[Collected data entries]
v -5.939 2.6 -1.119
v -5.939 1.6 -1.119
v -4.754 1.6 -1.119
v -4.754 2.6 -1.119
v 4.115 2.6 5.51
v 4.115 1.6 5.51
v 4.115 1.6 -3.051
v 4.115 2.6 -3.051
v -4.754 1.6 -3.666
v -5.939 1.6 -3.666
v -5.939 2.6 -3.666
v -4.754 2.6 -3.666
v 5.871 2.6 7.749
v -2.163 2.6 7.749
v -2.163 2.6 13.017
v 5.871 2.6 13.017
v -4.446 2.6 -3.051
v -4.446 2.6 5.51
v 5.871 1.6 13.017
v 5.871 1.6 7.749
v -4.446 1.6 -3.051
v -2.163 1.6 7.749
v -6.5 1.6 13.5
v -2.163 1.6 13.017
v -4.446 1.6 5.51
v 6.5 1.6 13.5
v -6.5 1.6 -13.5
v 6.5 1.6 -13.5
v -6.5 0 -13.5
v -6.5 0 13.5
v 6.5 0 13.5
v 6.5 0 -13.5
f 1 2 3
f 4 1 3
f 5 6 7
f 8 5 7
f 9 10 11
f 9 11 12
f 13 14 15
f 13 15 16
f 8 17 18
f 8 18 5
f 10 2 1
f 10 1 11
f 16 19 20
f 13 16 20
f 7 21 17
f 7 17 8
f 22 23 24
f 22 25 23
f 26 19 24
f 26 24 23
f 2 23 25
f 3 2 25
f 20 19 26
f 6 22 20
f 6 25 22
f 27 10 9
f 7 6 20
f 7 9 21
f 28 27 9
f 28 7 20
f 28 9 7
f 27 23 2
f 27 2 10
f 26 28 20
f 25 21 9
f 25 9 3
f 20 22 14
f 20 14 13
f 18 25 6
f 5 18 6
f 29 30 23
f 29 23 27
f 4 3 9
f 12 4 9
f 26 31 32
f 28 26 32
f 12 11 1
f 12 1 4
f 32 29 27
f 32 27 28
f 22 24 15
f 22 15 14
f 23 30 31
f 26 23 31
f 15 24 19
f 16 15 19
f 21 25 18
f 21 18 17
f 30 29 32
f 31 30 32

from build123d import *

# Parameters (mm, degrees)
SKETCH_1_W      = 13
SKETCH_1_H      = 27
EXTRUDE_1_DEPTH = 1.6
SKETCH_2_W      = 8.033918408
SKETCH_2_H      = 5.268143219
SKETCH_2_W_2    = 8.560732729
SKETCH_2_H_2    = 8.56073273
SKETCH_2_W_3    = 1.185332224
SKETCH_2_H_3    = 2.546269222
EXTRUDE_2_DEPTH = 1


with BuildPart() as part:
    # 草图1 → 凸台-拉伸1 (new body)
    with BuildSketch(Plane(origin=(0, 0, 0), x_dir=(1, 0, 0), z_dir=(0, 1, 0))):
        Rectangle(SKETCH_1_W, SKETCH_1_H)
    extrude(amount=EXTRUDE_1_DEPTH)

    # 草图2 → 凸台-拉伸2 (add)
    with BuildSketch(Plane(origin=(0, 1.6, 0), x_dir=(1, 0, 0), z_dir=(0, 1, 0))):
        with Locations((1.853625196, -10.38263226)):
            Rectangle(SKETCH_2_W, SKETCH_2_H)
        with Locations((-0.165829704, -1.229233418)):
            Rectangle(SKETCH_2_W_2, SKETCH_2_H_2)
        with Locations((-5.346170536, 2.392615045)):
            Rectangle(SKETCH_2_W_3, SKETCH_2_H_3)
    extrude(amount=EXTRUDE_2_DEPTH)


solid = part.part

### How to complete this task
Retype all of the entries. Keep each one exactly as written.

### Task answer
v -5.939 2.6 -1.119
v -5.939 1.6 -1.119
v -4.754 1.6 -1.119
v -4.754 2.6 -1.119
v 4.115 2.6 5.51
v 4.115 1.6 5.51
v 4.115 1.6 -3.051
v 4.115 2.6 -3.051
v -4.754 1.6 -3.666
v -5.939 1.6 -3.666
v -5.939 2.6 -3.666
v -4.754 2.6 -3.666
v 5.871 2.6 7.749
v -2.163 2.6 7.749
v -2.163 2.6 13.017
v 5.871 2.6 13.017
v -4.446 2.6 -3.051
v -4.446 2.6 5.51
v 5.871 1.6 13.017
v 5.871 1.6 7.749
v -4.446 1.6 -3.051
v -2.163 1.6 7.749
v -6.5 1.6 13.5
v -2.163 1.6 13.017
v -4.446 1.6 5.51
v 6.5 1.6 13.5
v -6.5 1.6 -13.5
v 6.5 1.6 -13.5
v -6.5 0 -13.5
v -6.5 0 13.5
v 6.5 0 13.5
v 6.5 0 -13.5
f 1 2 3
f 4 1 3
f 5 6 7
f 8 5 7
f 9 10 11
f 9 11 12
f 13 14 15
f 13 15 16
f 8 17 18
f 8 18 5
f 10 2 1
f 10 1 11
f 16 19 20
f 13 16 20
f 7 21 17
f 7 17 8
f 22 23 24
f 22 25 23
f 26 19 24
f 26 24 23
f 2 23 25
f 3 2 25
f 20 19 26
f 6 22 20
f 6 25 22
f 27 10 9
f 7 6 20
f 7 9 21
f 28 27 9
f 28 7 20
f 28 9 7
f 27 23 2
f 27 2 10
f 26 28 20
f 25 21 9
f 25 9 3
f 20 22 14
f 20 14 13
f 18 25 6
f 5 18 6
f 29 30 23
f 29 23 27
f 4 3 9
f 12 4 9
f 26 31 32
f 28 26 32
f 12 11 1
f 12 1 4
f 32 29 27
f 32 27 28
f 22 24 15
f 22 15 14
f 23 30 31
f 26 23 31
f 15 24 19
f 16 15 19
f 21 25 18
f 21 18 17
f 30 29 32
f 31 30 32

from build123d import *

# Parameters (mm, degrees)
SKETCH_1_W      = 13
SKETCH_1_H      = 27
EXTRUDE_1_DEPTH = 1.6
SKETCH_2_W      = 8.033918408
SKETCH_2_H      = 5.268143219
SKETCH_2_W_2    = 8.560732729
SKETCH_2_H_2    = 8.56073273
SKETCH_2_W_3    = 1.185332224
SKETCH_2_H_3    = 2.546269222
EXTRUDE_2_DEPTH = 1


with BuildPart() as part:
    # 草图1 → 凸台-拉伸1 (new body)
    with BuildSketch(Plane(origin=(0, 0, 0), x_dir=(1, 0, 0), z_dir=(0, 1, 0))):
        Rectangle(SKETCH_1_W, SKETCH_1_H)
    extrude(amount=EXTRUDE_1_DEPTH)

    # 草图2 → 凸台-拉伸2 (add)
    with BuildSketch(Plane(origin=(0, 1.6, 0), x_dir=(1, 0, 0), z_dir=(0, 1, 0))):
        with Locations((1.853625196, -10.38263226)):
            Rectangle(SKETCH_2_W, SKETCH_2_H)
        with Locations((-0.165829704, -1.229233418)):
            Rectangle(SKETCH_2_W_2, SKETCH_2_H_2)
        with Locations((-5.346170536, 2.392615045)):
            Rectangle(SKETCH_2_W_3, SKETCH_2_H_3)
    extrude(amount=EXTRUDE_2_DEPTH)


solid = part.part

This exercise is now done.